How do I differentiate tan^-1[(10000-200x)/(26x^2-2750x+77725)]?

[ahoy hoy]

Homework Statement

f(x) = tan^-1[(10000-200x)/(26x^2-2750x+77725)
need to find f'(x)

Homework Equations

if f(x) = tan^-1 (x/a), then f'(x) = a/(a^2+ x^2)

The Attempt at a Solution

ok...the attempt I am willing to do on my own, just needing help to get it in the form of x/a.
preciate it. thx.

 

[matt grime]

Why would you want to get it in that form?

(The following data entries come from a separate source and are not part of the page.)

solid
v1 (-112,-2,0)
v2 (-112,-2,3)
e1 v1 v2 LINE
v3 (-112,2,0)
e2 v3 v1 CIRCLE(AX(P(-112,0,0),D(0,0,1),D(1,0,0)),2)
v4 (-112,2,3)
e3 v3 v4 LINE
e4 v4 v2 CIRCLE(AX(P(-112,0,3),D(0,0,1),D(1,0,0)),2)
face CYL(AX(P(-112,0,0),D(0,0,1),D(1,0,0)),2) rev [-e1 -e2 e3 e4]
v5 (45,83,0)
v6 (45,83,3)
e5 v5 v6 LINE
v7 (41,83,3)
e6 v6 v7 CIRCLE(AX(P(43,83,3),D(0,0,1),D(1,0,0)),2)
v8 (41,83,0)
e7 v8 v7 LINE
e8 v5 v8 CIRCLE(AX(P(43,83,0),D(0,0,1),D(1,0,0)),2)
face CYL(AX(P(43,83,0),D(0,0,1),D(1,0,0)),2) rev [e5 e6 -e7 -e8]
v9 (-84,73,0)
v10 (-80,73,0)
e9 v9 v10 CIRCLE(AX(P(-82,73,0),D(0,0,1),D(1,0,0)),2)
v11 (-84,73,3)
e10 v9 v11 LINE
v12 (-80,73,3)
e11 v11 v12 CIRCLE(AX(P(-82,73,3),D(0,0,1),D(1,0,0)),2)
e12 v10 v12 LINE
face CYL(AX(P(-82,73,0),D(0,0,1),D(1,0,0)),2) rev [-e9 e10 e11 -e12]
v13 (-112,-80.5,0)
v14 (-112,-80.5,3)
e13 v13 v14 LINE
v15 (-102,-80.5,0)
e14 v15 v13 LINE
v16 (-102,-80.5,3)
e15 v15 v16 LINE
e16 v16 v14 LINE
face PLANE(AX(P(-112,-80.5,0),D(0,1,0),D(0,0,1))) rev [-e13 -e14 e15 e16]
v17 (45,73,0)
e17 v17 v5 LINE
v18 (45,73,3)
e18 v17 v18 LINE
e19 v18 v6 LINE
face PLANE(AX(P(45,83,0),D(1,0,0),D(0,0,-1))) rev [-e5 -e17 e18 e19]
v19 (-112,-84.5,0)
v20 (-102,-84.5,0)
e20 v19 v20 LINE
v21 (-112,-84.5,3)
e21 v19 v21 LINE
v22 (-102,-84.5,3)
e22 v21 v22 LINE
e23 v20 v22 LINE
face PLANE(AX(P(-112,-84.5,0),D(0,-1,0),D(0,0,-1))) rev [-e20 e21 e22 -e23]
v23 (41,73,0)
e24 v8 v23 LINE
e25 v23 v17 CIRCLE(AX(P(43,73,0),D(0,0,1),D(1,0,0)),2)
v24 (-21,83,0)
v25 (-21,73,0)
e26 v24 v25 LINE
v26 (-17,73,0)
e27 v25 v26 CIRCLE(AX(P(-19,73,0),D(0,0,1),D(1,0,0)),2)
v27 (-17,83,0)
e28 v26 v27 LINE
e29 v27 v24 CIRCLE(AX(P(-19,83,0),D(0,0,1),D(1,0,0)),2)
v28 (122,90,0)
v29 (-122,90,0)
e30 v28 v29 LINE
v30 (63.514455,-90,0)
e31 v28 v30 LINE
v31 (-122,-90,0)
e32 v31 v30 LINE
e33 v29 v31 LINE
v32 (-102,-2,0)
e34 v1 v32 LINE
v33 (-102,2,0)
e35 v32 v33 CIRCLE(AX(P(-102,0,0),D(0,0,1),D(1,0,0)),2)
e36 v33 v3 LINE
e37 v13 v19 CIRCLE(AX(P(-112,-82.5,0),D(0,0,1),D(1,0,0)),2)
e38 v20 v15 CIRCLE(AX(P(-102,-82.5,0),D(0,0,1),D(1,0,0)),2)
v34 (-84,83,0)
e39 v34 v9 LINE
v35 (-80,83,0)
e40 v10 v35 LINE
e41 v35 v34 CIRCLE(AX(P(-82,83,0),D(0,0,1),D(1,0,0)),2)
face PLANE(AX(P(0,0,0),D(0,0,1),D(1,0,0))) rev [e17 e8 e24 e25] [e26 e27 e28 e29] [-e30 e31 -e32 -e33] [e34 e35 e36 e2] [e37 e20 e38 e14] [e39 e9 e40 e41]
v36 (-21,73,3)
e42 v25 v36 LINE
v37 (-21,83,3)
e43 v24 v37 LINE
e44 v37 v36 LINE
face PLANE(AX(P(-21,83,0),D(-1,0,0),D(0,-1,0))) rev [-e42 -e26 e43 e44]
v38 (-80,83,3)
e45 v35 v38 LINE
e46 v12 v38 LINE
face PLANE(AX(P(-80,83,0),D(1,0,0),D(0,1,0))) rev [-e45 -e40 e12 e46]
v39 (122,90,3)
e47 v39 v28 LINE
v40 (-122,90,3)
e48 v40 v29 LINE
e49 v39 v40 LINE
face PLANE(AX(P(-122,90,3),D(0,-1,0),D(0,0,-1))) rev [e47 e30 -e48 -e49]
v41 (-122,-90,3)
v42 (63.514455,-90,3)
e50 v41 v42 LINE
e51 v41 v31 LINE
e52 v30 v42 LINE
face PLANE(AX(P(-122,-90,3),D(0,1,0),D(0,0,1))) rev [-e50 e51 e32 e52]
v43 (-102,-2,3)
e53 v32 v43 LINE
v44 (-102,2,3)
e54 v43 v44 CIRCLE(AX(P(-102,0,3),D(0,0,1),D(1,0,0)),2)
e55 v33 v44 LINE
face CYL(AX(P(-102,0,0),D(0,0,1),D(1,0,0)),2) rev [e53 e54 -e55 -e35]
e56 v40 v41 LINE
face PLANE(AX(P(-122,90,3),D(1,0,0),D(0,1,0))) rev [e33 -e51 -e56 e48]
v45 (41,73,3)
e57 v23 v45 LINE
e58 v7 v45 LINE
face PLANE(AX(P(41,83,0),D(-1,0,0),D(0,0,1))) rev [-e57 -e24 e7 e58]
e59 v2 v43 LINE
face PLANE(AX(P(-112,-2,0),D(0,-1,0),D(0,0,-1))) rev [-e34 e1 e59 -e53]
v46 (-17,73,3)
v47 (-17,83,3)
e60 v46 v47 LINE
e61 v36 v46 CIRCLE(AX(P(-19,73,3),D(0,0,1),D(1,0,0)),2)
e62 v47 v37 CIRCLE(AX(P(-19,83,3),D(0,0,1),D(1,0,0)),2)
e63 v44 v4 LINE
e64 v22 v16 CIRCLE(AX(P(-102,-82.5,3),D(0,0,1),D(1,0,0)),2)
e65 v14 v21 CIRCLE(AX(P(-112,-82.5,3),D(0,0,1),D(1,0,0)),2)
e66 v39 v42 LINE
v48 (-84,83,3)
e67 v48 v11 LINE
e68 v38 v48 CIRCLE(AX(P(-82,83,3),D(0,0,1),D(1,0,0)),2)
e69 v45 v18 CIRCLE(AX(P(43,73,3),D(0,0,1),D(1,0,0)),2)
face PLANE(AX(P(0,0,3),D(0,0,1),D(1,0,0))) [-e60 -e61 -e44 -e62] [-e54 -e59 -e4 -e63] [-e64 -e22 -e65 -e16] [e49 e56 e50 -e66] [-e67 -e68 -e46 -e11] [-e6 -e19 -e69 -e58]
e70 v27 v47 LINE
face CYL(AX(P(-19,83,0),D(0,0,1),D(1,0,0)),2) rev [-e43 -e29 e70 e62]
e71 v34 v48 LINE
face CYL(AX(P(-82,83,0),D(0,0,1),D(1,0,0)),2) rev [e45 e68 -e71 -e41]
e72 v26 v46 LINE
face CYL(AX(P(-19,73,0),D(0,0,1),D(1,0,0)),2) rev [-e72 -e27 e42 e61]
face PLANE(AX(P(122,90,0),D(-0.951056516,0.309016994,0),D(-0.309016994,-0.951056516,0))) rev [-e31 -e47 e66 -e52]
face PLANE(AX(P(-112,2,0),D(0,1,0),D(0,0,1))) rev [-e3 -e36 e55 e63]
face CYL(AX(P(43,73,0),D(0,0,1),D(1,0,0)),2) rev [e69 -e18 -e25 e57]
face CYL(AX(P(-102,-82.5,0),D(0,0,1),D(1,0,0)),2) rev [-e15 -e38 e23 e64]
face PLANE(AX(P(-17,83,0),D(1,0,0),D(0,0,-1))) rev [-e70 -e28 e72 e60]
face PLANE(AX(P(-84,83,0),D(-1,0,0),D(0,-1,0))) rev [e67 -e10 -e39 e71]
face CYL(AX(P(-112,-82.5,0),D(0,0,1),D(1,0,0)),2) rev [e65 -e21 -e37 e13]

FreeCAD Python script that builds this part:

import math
import FreeCAD as App
import Part
import Sketcher
Q = App.Units.Quantity


def add_polygon(sketch, points):
    """Adds a closed chain of lines whose ends are joined by coincident constraints."""
    first, n = sketch.GeometryCount, len(points)
    for a, b in zip(points, points[1:] + points[:1]):
        sketch.addGeometry(Part.LineSegment(App.Vector(*a, 0), App.Vector(*b, 0)), False)
    for i in range(n):
        sketch.addConstraint(Sketcher.Constraint("Coincident", first + i, 2, first + (i + 1) % n, 1))

doc = App.newDocument("Part")
body = doc.addObject("PartDesign::Body", "Body")

# Sketch on XY plane
sketch1 = body.newObject("Sketcher::SketchObject", "Sketch")
sketch1.AttachmentSupport = (doc.getObject("XY_Plane"), [""])
sketch1.MapMode = "FlatFace"
add_polygon(sketch1, [(-122, 90), (-122, -90), (122, -90), (122, 90)])  # lines 0-3
sketch1.addConstraint(Sketcher.Constraint("Vertical", 0))
sketch1.addConstraint(Sketcher.Constraint("Horizontal", 1))
sketch1.addConstraint(Sketcher.Constraint("Vertical", 2))
sketch1.addConstraint(Sketcher.Constraint("Horizontal", 3))
sketch1.addConstraint(Sketcher.Constraint("Symmetric", 0, 2, 2, 2, -1, 1))
sketch1.addConstraint(Sketcher.Constraint("DistanceX", 1, 1, 1, 2, Q("244 mm")))
sketch1.addConstraint(Sketcher.Constraint("DistanceY", 0, 2, 0, 1, Q("180 mm")))
pad1 = body.newObject("PartDesign::Pad", "Pad")
pad1.Profile = sketch1
pad1.Length = 3

# Sketch on XY plane
sketch2 = body.newObject("Sketcher::SketchObject", "Sketch001")
sketch2.AttachmentSupport = (doc.getObject("XY_Plane"), [""])
sketch2.MapMode = "FlatFace"
sketch2.AttachmentOffset = App.Placement(App.Vector(0, 0, 3), App.Rotation())
add_polygon(sketch2, [(122, 90), (63.514455, -90), (122, -90)])  # lines 0-2
sketch2.addConstraint(Sketcher.Constraint("Horizontal", 1))
sketch2.addConstraint(Sketcher.Constraint("Vertical", 2))
sketch2.addConstraint(Sketcher.Constraint("DistanceY", 2, 1, 2, 2, Q("180 mm")))
sketch2.addConstraint(Sketcher.Constraint("Angle", 0, Q("-108 deg")))
sketch2.addConstraint(Sketcher.Constraint("DistanceY", 0, 2, -1, 1, Q("90 mm")))
sketch2.addConstraint(Sketcher.Constraint("DistanceX", -1, 1, 1, 2, Q("122 mm")))
pocket1 = body.newObject("PartDesign::Pocket", "Pocket")
pocket1.Profile = sketch2
pocket1.Length = 3

# Sketch on XY plane
sketch3 = body.newObject("Sketcher::SketchObject", "Sketch002")
sketch3.AttachmentSupport = (doc.getObject("XY_Plane"), [""])
sketch3.MapMode = "FlatFace"
sketch3.AttachmentOffset = App.Placement(App.Vector(0, 0, 3), App.Rotation())
sketch3.addGeometry(Part.LineSegment(App.Vector(-80, 73, 0), App.Vector(-80, 83, 0)), False)
sketch3.addGeometry(Part.ArcOfCircle(Part.Circle(App.Vector(-82, 83, 0), App.Vector(0, 0, 1), 2), math.radians(0), math.radians(180)), False)
sketch3.addGeometry(Part.LineSegment(App.Vector(-84, 83, 0), App.Vector(-84, 73, 0)), False)
sketch3.addGeometry(Part.ArcOfCircle(Part.Circle(App.Vector(-82, 73, 0), App.Vector(0, 0, 1), 2), math.radians(180), math.radians(360)), False)
sketch3.addGeometry(Part.LineSegment(App.Vector(-17, 73, 0), App.Vector(-17, 83, 0)), False)
sketch3.addGeometry(Part.ArcOfCircle(Part.Circle(App.Vector(-19, 83, 0), App.Vector(0, 0, 1), 2), math.radians(0), math.radians(180)), False)
sketch3.addGeometry(Part.LineSegment(App.Vector(-21, 83, 0), App.Vector(-21, 73, 0)), False)
sketch3.addGeometry(Part.ArcOfCircle(Part.Circle(App.Vector(-19, 73, 0), App.Vector(0, 0, 1), 2), math.radians(180), math.radians(360)), False)
sketch3.addGeometry(Part.LineSegment(App.Vector(45, 73, 0), App.Vector(45, 83, 0)), False)
sketch3.addGeometry(Part.ArcOfCircle(Part.Circle(App.Vector(43, 83, 0), App.Vector(0, 0, 1), 2), math.radians(0), math.radians(180)), False)
sketch3.addGeometry(Part.LineSegment(App.Vector(41, 83, 0), App.Vector(41, 73, 0)), False)
sketch3.addGeometry(Part.ArcOfCircle(Part.Circle(App.Vector(43, 73, 0), App.Vector(0, 0, 1), 2), math.radians(180), math.radians(360)), False)
sketch3.addGeometry(Part.LineSegment(App.Vector(-102, 2, 0), App.Vector(-112, 2, 0)), False)
sketch3.addGeometry(Part.ArcOfCircle(Part.Circle(App.Vector(-112, 0, 0), App.Vector(0, 0, 1), 2), math.radians(90), math.radians(270)), False)
sketch3.addGeometry(Part.LineSegment(App.Vector(-112, -2, 0), App.Vector(-102, -2, 0)), False)
sketch3.addGeometry(Part.ArcOfCircle(Part.Circle(App.Vector(-102, 0, 0), App.Vector(0, 0, 1), 2), math.radians(-90), math.radians(90)), False)
sketch3.addGeometry(Part.LineSegment(App.Vector(-102, -80.5, 0), App.Vector(-112, -80.5, 0)), False)
sketch3.addGeometry(Part.ArcOfCircle(Part.Circle(App.Vector(-112, -82.5, 0), App.Vector(0, 0, 1), 2), math.radians(90), math.radians(270)), False)
sketch3.addGeometry(Part.LineSegment(App.Vector(-112, -84.5, 0), App.Vector(-102, -84.5, 0)), False)
sketch3.addGeometry(Part.ArcOfCircle(Part.Circle(App.Vector(-102, -82.5, 0), App.Vector(0, 0, 1), 2), math.radians(-90), math.radians(90)), False)
sketch3.addConstraint(Sketcher.Constraint("Tangent", 0, 2, 1, 1))
sketch3.addConstraint(Sketcher.Constraint("Tangent", 1, 2, 2, 1))
sketch3.addConstraint(Sketcher.Constraint("Tangent", 2, 2, 3, 1))
sketch3.addConstraint(Sketcher.Constraint("Tangent", 3, 2, 0, 1))
sketch3.addConstraint(Sketcher.Constraint("Tangent", 4, 2, 5, 1))
sketch3.addConstraint(Sketcher.Constraint("Tangent", 5, 2, 6, 1))
sketch3.addConstraint(Sketcher.Constraint("Tangent", 6, 2, 7, 1))
sketch3.addConstraint(Sketcher.Constraint("Tangent", 7, 2, 4, 1))
sketch3.addConstraint(Sketcher.Constraint("Tangent", 8, 2, 9, 1))
sketch3.addConstraint(Sketcher.Constraint("Tangent", 9, 2, 10, 1))
sketch3.addConstraint(Sketcher.Constraint("Tangent", 10, 2, 11, 1))
sketch3.addConstraint(Sketcher.Constraint("Tangent", 11, 2, 8, 1))
sketch3.addConstraint(Sketcher.Constraint("Tangent", 12, 2, 13, 1))
sketch3.addConstraint(Sketcher.Constraint("Tangent", 13, 2, 14, 1))
sketch3.addConstraint(Sketcher.Constraint("Tangent", 14, 2, 15, 1))
sketch3.addConstraint(Sketcher.Constraint("Tangent", 15, 2, 12, 1))
sketch3.addConstraint(Sketcher.Constraint("Tangent", 16, 2, 17, 1))
sketch3.addConstraint(Sketcher.Constraint("Tangent", 17, 2, 18, 1))
sketch3.addConstraint(Sketcher.Constraint("Tangent", 18, 2, 19, 1))
sketch3.addConstraint(Sketcher.Constraint("Tangent", 19, 2, 16, 1))
sketch3.addConstraint(Sketcher.Constraint("Vertical", 0))
sketch3.addConstraint(Sketcher.Constraint("Vertical", 2))
sketch3.addConstraint(Sketcher.Constraint("Vertical", 4))
sketch3.addConstraint(Sketcher.Constraint("Vertical", 6))
sketch3.addConstraint(Sketcher.Constraint("Vertical", 8))
sketch3.addConstraint(Sketcher.Constraint("Vertical", 10))
sketch3.addConstraint(Sketcher.Constraint("Horizontal", 12))
sketch3.addConstraint(Sketcher.Constraint("Horizontal", 14))
sketch3.addConstraint(Sketcher.Constraint("Horizontal", 16))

You know the chain rule, you know the derivative of tan^{-1}, and you can differentiate the expression inside your square brackets.

 

[Gib Z]

Additional to what matt grime said, you need the quotient rule as well for the rational function that is the argument of the arctan.

 

[ahoy hoy]

if f(x) = tan^-1[x/a], then f'(x) = [a/(a^2+x^2)]
thats the only way i can think of going about it.

 

[danago]

$$f(x)=tan^{-1}(x)$$
$$f'(x)=\frac{1}{1+x^2}$$

With that, you can easily do it with the chain rule.

 

[ahoy hoy]

will do. thanks. = )

 

[NateTG]

As an aside the following identity is occasionally handy:
$$\frac{x}{1}=x$$
And brings your formula into line with danago's.

 

[HallsofIvy]

As an aside the following identity is occasionally handy:
$$\frac{x}{1}=x$$
And brings your formula into line with danago's.

What?? We have to memorize complicated identities like that??